[SOURCE DATA]:
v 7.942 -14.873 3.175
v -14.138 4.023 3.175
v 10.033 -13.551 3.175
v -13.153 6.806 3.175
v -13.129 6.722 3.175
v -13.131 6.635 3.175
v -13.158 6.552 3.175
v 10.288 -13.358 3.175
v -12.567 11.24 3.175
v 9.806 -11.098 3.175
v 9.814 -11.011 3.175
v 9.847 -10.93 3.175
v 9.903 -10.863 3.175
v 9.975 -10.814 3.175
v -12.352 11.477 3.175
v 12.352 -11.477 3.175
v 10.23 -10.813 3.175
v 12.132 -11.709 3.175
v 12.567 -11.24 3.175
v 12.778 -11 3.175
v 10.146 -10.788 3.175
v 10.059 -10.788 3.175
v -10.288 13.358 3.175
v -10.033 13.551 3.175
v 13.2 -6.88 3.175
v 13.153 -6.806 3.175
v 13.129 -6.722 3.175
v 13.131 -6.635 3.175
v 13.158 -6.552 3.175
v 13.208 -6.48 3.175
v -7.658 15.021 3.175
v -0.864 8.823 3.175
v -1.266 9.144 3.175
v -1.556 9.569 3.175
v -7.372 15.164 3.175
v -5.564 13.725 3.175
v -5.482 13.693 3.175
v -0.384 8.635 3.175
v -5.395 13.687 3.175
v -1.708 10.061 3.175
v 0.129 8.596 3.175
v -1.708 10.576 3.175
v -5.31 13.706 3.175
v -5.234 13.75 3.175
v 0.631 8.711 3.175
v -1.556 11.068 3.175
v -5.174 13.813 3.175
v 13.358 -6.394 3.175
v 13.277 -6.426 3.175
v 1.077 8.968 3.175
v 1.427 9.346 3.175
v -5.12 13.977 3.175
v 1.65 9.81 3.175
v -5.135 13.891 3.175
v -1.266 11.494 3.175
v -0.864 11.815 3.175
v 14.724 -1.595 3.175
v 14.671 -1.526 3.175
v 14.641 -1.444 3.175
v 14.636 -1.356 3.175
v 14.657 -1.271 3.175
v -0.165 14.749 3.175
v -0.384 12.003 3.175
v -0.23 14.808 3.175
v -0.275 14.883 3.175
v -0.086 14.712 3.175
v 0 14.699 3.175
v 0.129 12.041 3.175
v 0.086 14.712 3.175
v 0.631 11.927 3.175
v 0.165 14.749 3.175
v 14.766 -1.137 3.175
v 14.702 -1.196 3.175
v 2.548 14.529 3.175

[TASK INSTRUCTIONS]: The line with "v 10.146 -10.788 3.175" marks the end; reproduce exactly every line from the start of the entries up to it, that line included.

[TASK ANSWER]:
v 7.942 -14.873 3.175
v -14.138 4.023 3.175
v 10.033 -13.551 3.175
v -13.153 6.806 3.175
v -13.129 6.722 3.175
v -13.131 6.635 3.175
v -13.158 6.552 3.175
v 10.288 -13.358 3.175
v -12.567 11.24 3.175
v 9.806 -11.098 3.175
v 9.814 -11.011 3.175
v 9.847 -10.93 3.175
v 9.903 -10.863 3.175
v 9.975 -10.814 3.175
v -12.352 11.477 3.175
v 12.352 -11.477 3.175
v 10.23 -10.813 3.175
v 12.132 -11.709 3.175
v 12.567 -11.24 3.175
v 12.778 -11 3.175
v 10.146 -10.788 3.175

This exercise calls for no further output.